Exercise.
Out of the entries that follow, copy each line containing "amount".
━━━━━━━━━━━━━━━━━━━━━━━━━━━━━━
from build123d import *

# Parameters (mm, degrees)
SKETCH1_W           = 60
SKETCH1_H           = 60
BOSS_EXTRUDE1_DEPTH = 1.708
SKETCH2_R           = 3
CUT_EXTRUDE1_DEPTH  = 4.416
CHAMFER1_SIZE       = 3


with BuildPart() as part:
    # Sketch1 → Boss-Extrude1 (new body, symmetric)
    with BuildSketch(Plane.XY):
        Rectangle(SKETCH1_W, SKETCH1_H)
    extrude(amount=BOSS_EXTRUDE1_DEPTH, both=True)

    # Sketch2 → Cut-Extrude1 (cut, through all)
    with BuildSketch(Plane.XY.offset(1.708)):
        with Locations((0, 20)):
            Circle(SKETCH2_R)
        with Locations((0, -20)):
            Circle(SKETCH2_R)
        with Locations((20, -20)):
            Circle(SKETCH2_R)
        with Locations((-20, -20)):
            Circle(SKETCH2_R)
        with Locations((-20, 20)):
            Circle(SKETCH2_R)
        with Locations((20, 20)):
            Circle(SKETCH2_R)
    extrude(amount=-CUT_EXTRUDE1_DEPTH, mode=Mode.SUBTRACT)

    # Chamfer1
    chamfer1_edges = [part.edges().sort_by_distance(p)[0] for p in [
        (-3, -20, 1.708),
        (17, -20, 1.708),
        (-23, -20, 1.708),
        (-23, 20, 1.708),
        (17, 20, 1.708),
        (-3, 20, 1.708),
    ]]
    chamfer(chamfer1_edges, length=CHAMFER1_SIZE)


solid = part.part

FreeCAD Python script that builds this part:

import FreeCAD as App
import Part
import Sketcher

V = App.Vector


def edges_at(feature, points):
    """Names of the edges that pass closest to the given points."""
    edges = feature.Shape.Edges
    near = lambda p: min(range(len(edges)), key=lambda i: edges[i].distToShape(Part.Vertex(*p))[0])
    return sorted({f"Edge{near(p) + 1}" for p in points})


def add_polygon(sketch, points):
    """Adds a closed chain of lines whose ends are joined by coincident constraints."""
    first, n = sketch.GeometryCount, len(points)
    for a, b in zip(points, points[1:] + points[:1]):
        sketch.addGeometry(Part.LineSegment(App.Vector(*a, 0), App.Vector(*b, 0)), False)
    for i in range(n):
        sketch.addConstraint(Sketcher.Constraint("Coincident", first + i, 2, first + (i + 1) % n, 1))

doc = App.newDocument("Part")
body = doc.addObject("PartDesign::Body", "Body")

# Sketch on XY plane
sketch1 = doc.addObject("Sketcher::SketchObject", "Sketch")
body.addObject(sketch1)
sketch1.AttachmentSupport = (doc.XY_Plane, [""])
sketch1.MapMode = "FlatFace"
add_polygon(sketch1, [(-30, 30), (-30, -30), (30, -30), (30, 30)])  # lines 0-3
sketch1.addConstraint(Sketcher.Constraint("Vertical", 0))
sketch1.addConstraint(Sketcher.Constraint("Horizontal", 1))
sketch1.addConstraint(Sketcher.Constraint("Vertical", 2))
sketch1.addConstraint(Sketcher.Constraint("Horizontal", 3))
sketch1.addConstraint(Sketcher.Constraint("Symmetric", 0, 2, 2, 2, -1, 1))
sketch1.addConstraint(Sketcher.Constraint("Equal", 3, 0))
sketch1.addConstraint(Sketcher.Constraint("DistanceX", 1, 1, 1, 2, 60.0))
pad1 = doc.addObject("PartDesign::Pad", "Pad")
body.addObject(pad1)
pad1.Profile = sketch1
pad1.Length = 3.416
pad1.Midplane = True

# Sketch on XY plane
sketch2 = doc.addObject("Sketcher::SketchObject", "Sketch001")
body.addObject(sketch2)
sketch2.AttachmentSupport = (doc.XY_Plane, [""])
sketch2.MapMode = "FlatFace"
sketch2.AttachmentOffset = App.Placement(V(0, 0, 1.708), App.Rotation())
sketch2.addGeometry(Part.Circle(V(0, 20, 0), V(0, 0, 1), 3), False)
sketch2.addGeometry(Part.Circle(V(0, -20, 0), V(0, 0, 1), 3), False)
sketch2.addGeometry(Part.Circle(V(20, -20, 0), V(0, 0, 1), 3), False)
sketch2.addGeometry(Part.Circle(V(-20, -20, 0), V(0, 0, 1), 3), False)
sketch2.addGeometry(Part.Circle(V(-20, 20, 0), V(0, 0, 1), 3), False)
sketch2.addGeometry(Part.Circle(V(20, 20, 0), V(0, 0, 1), 3), False)
sketch2.addConstraint(Sketcher.Constraint("Equal", 0, 1))
sketch2.addConstraint(Sketcher.Constraint("Equal", 1, 2))
sketch2.addConstraint(Sketcher.Constraint("Equal", 2, 3))
sketch2.addConstraint(Sketcher.Constraint("Equal", 3, 4))
sketch2.addConstraint(Sketcher.Constraint("Equal", 4, 5))
sketch2.addConstraint(Sketcher.Constraint("Symmetric", 0, 3, 1, 3, -1, 1))
sketch2.addConstraint(Sketcher.Constraint("Symmetric", 2, 3, 4, 3, -1, 1))
sketch2.addConstraint(Sketcher.Constraint("Symmetric", 3, 3, 5, 3, -1, 1))
sketch2.addConstraint(Sketcher.Constraint("Symmetric", 2, 3, 3, 3, -2))
sketch2.addConstraint(Sketcher.Constraint("PointOnObject", 0, 3, -2))
sketch2.addConstraint(Sketcher.Constraint("Horizontal", 1, 3, 2, 3))
sketch2.addConstraint(Sketcher.Constraint("Diameter", 0, 6.0))
sketch2.addConstraint(Sketcher.Constraint("DistanceY", -1, 1, 0, 3, 20.0))
sketch2.addConstraint(Sketcher.Constraint("DistanceX", -1, 1, 2, 3, 20.0))
pocket1 = doc.addObject("PartDesign::Pocket", "Pocket")
body.addObject(pocket1)
pocket1.Profile = sketch2
pocket1.Type = "ThroughAll"
doc.recompute()

chamfer = doc.addObject("PartDesign::Chamfer", "Chamfer")
body.addObject(chamfer)
chamfer.Base = (pocket1, edges_at(pocket1, [
    (-3, -20, 1.708),
    (17, -20, 1.708),
    (-23, -20, 1.708),
    (-23, 20, 1.708),
    (17, 20, 1.708),
    (-3, 20, 1.708),
]))
chamfer.Size = 3

doc.recompute()
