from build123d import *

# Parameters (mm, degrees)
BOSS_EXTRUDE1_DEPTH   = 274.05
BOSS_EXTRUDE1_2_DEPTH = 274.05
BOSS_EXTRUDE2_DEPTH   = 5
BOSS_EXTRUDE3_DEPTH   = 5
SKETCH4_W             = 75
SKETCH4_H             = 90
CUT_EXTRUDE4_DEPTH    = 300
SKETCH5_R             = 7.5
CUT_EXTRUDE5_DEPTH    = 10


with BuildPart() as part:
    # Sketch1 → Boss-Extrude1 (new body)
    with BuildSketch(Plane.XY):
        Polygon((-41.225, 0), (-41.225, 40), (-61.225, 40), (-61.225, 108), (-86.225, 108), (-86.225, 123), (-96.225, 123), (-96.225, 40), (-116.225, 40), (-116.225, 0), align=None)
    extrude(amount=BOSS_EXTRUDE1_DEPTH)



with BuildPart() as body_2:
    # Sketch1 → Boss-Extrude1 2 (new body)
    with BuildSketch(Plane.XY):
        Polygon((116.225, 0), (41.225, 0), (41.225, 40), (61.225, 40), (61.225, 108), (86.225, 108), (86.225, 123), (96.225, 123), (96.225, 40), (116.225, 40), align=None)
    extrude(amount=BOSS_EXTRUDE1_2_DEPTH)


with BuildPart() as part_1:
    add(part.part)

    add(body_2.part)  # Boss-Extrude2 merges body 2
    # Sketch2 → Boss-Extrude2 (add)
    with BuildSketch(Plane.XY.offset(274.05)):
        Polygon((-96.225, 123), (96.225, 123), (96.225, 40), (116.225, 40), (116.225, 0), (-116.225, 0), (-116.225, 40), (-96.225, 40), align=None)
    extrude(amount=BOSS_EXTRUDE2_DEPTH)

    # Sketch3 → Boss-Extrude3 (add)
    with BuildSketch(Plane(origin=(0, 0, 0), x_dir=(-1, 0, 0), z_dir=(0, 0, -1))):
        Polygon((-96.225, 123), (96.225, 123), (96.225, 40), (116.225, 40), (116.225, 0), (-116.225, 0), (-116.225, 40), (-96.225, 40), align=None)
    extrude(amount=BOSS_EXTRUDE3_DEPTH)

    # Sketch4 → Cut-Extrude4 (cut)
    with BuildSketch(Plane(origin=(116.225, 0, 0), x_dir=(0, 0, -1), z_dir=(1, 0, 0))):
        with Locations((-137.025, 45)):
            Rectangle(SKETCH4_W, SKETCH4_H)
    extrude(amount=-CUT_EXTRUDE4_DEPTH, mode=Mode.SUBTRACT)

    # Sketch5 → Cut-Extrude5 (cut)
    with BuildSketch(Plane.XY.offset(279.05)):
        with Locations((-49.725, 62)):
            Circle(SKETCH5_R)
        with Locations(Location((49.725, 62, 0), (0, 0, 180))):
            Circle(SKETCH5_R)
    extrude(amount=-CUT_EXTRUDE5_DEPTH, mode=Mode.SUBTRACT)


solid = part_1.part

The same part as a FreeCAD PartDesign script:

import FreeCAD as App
import Part
import Sketcher

V = App.Vector

doc = App.newDocument("Part")
body = doc.addObject("PartDesign::Body", "Body")

# Sketch on XY plane
sketch1 = doc.addObject("Sketcher::SketchObject", "Sketch")
body.addObject(sketch1)
sketch1.AttachmentSupport = (doc.XY_Plane, [""])
sketch1.MapMode = "FlatFace"
sketch1.addGeometry(Part.LineSegment(V(-41, 0, 0), V(-41, 40, 0)), False)
sketch1.addGeometry(Part.LineSegment(V(-41, 40, 0), V(-61, 40, 0)), False)
sketch1.addGeometry(Part.LineSegment(V(-61, 40, 0), V(-61, 108, 0)), False)
sketch1.addGeometry(Part.LineSegment(V(-61, 108, 0), V(-86, 108, 0)), False)
sketch1.addGeometry(Part.LineSegment(V(-86, 108, 0), V(-86, 123, 0)), False)
sketch1.addGeometry(Part.LineSegment(V(-86, 123, 0), V(-96, 123, 0)), False)
sketch1.addGeometry(Part.LineSegment(V(-96, 123, 0), V(-96, 40, 0)), False)
sketch1.addGeometry(Part.LineSegment(V(-96, 40, 0), V(-116, 40, 0)), False)
sketch1.addGeometry(Part.LineSegment(V(-116, 40, 0), V(-116, 0, 0)), False)
sketch1.addGeometry(Part.LineSegment(V(-116, 0, 0), V(-41, 0, 0)), False)
sketch1.addConstraint(Sketcher.Constraint("Coincident", 0, 2, 1, 1))
sketch1.addConstraint(Sketcher.Constraint("Coincident", 1, 2, 2, 1))
sketch1.addConstraint(Sketcher.Constraint("Coincident", 2, 2, 3, 1))
sketch1.addConstraint(Sketcher.Constraint("Coincident", 3, 2, 4, 1))
sketch1.addConstraint(Sketcher.Constraint("Coincident", 4, 2, 5, 1))
sketch1.addConstraint(Sketcher.Constraint("Coincident", 5, 2, 6, 1))
sketch1.addConstraint(Sketcher.Constraint("Coincident", 6, 2, 7, 1))
sketch1.addConstraint(Sketcher.Constraint("Coincident", 7, 2, 8, 1))
sketch1.addConstraint(Sketcher.Constraint("Coincident", 8, 2, 9, 1))
sketch1.addConstraint(Sketcher.Constraint("Coincident", 9, 2, 0, 1))
sketch1.addConstraint(Sketcher.Constraint("Vertical", 0))
sketch1.addConstraint(Sketcher.Constraint("Horizontal", 1))
sketch1.addConstraint(Sketcher.Constraint("Vertical", 2))
sketch1.addConstraint(Sketcher.Constraint("Horizontal", 3))
sketch1.addConstraint(Sketcher.Constraint("Vertical", 4))
sketch1.addConstraint(Sketcher.Constraint("Horizontal", 5))
sketch1.addConstraint(Sketcher.Constraint("Vertical", 6))
sketch1.addConstraint(Sketcher.Constraint("Horizontal", 7))
sketch1.addConstraint(Sketcher.Constraint("Vertical", 8))
sketch1.addConstraint(Sketcher.Constraint("Horizontal", 9))
sketch1.addConstraint(Sketcher.Constraint("PointOnObject", 8, 2, -1))
sketch1.addConstraint(Sketcher.Constraint("Horizontal", 1, 2, 6, 2))
sketch1.addConstraint(Sketcher.Constraint("Equal", 1, 7))
sketch1.addConstraint(Sketcher.Constraint("DistanceX", 1, 2, 1, 1, 20.0))
sketch1.addConstraint(Sketcher.Constraint("DistanceX", 3, 2, 3, 1, 25.0))
sketch1.addConstraint(Sketcher.Constraint("DistanceX", 5, 2, 5, 1, 10.0))
sketch1.addConstraint(Sketcher.Constraint("DistanceY", 0, 1, 0, 2, 40.0))
sketch1.addConstraint(Sketcher.Constraint("DistanceY", 2, 1, 2, 2, 68.0))
sketch1.addConstraint(Sketcher.Constraint("DistanceY", 4, 1, 4, 2, 15.0))
sketch1.addConstraint(Sketcher.Constraint("DistanceX", 0, 2, -1, 1, 41.225))
pad1 = doc.addObject("PartDesign::Pad", "Pad")
body.addObject(pad1)
pad1.Profile = sketch1
pad1.Length = 274.05
body2 = doc.addObject("PartDesign::Body", "Body001")

# Sketch on XY plane
sketch2 = doc.addObject("Sketcher::SketchObject", "Sketch001")
body2.addObject(sketch2)
sketch2.AttachmentSupport = (doc.getObject("XY_Plane001"), [""])
sketch2.MapMode = "FlatFace"
sketch2.addGeometry(Part.LineSegment(V(41, 0, 0), V(116, 0, 0)), False)
sketch2.addGeometry(Part.LineSegment(V(116, 0, 0), V(116, 40, 0)), False)
sketch2.addGeometry(Part.LineSegment(V(116, 40, 0), V(96, 40, 0)), False)
sketch2.addGeometry(Part.LineSegment(V(96, 40, 0), V(96, 123, 0)), False)
sketch2.addGeometry(Part.LineSegment(V(96, 123, 0), V(86, 123, 0)), False)
sketch2.addGeometry(Part.LineSegment(V(86, 123, 0), V(86, 108, 0)), False)
sketch2.addGeometry(Part.LineSegment(V(86, 108, 0), V(61, 108, 0)), False)
sketch2.addGeometry(Part.LineSegment(V(61, 108, 0), V(61, 40, 0)), False)
sketch2.addGeometry(Part.LineSegment(V(61, 40, 0), V(41, 40, 0)), False)
sketch2.addGeometry(Part.LineSegment(V(41, 40, 0), V(41, 0, 0)), False)
sketch2.addConstraint(Sketcher.Constraint("Coincident", 0, 2, 1, 1))
sketch2.addConstraint(Sketcher.Constraint("Coincident", 1, 2, 2, 1))
sketch2.addConstraint(Sketcher.Constraint("Coincident", 2, 2, 3, 1))
sketch2.addConstraint(Sketcher.Constraint("Coincident", 3, 2, 4, 1))
sketch2.addConstraint(Sketcher.Constraint("Coincident", 4, 2, 5, 1))
sketch2.addConstraint(Sketcher.Constraint("Coincident", 5, 2, 6, 1))
sketch2.addConstraint(Sketcher.Constraint("Coincident", 6, 2, 7, 1))
sketch2.addConstraint(Sketcher.Constraint("Coincident", 7, 2, 8, 1))
sketch2.addConstraint(Sketcher.Constraint("Coincident", 8, 2, 9, 1))
sketch2.addConstraint(Sketcher.Constraint("Coincident", 9, 2, 0, 1))
sketch2.addConstraint(Sketcher.Constraint("Horizontal", 0))
sketch2.addConstraint(Sketcher.Constraint("Vertical", 1))
sketch2.addConstraint(Sketcher.Constraint("Horizontal", 2))
sketch2.addConstraint(Sketcher.Constraint("Vertical", 3))
sketch2.addConstraint(Sketcher.Constraint("Horizontal", 4))
sketch2.addConstraint(Sketcher.Constraint("Vertical", 5))
sketch2.addConstraint(Sketcher.Constraint("Horizontal", 6))
sketch2.addConstraint(Sketcher.Constraint("Vertical", 7))
sketch2.addConstraint(Sketcher.Constraint("Horizontal", 8))
sketch2.addConstraint(Sketcher.Constraint("Vertical", 9))
sketch2.addConstraint(Sketcher.Constraint("PointOnObject", 0, 2, -1))
sketch2.addConstraint(Sketcher.Constraint("Horizontal", 2, 2, 7, 2))
sketch2.addConstraint(Sketcher.Constraint("Equal", 2, 8))
sketch2.addConstraint(Sketcher.Constraint("DistanceX", 0, 1, 0, 2, 75.0))
sketch2.addConstraint(Sketcher.Constraint("DistanceX", 2, 2, 2, 1, 20.0))
sketch2.addConstraint(Sketcher.Constraint("DistanceX", 4, 2, 4, 1, 10.0))
sketch2.addConstraint(Sketcher.Constraint("DistanceY", 1, 1, 1, 2, 40.0))
sketch2.addConstraint(Sketcher.Constraint("DistanceY", 3, 1, 3, 2, 83.0))
sketch2.addConstraint(Sketcher.Constraint("DistanceY", 5, 2, 5, 1, 15.0))
sketch2.addConstraint(Sketcher.Constraint("DistanceX", -1, 1, 0, 2, 116.225))
pad2 = doc.addObject("PartDesign::Pad", "Pad001")
body2.addObject(pad2)
pad2.Profile = sketch2
pad2.Length = 274.05
body.AllowCompound = True
doc.recompute()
━━━━━━━━━━━━━━━━━━━━━━━━━━━━━━
Solution for this problem.
    extrude(amount=BOSS_EXTRUDE1_DEPTH, both=True)
    extrude(amount=-CUT_EXTRUDE1_DEPTH, mode=Mode.SUBTRACT)
    extrude(amount=BOSS_EXTRUDE1_DEPTH)
    extrude(amount=BOSS_EXTRUDE1_2_DEPTH)
    extrude(amount=BOSS_EXTRUDE2_DEPTH)
    extrude(amount=BOSS_EXTRUDE3_DEPTH)
    extrude(amount=-CUT_EXTRUDE4_DEPTH, mode=Mode.SUBTRACT)
    extrude(amount=-CUT_EXTRUDE5_DEPTH, mode=Mode.SUBTRACT)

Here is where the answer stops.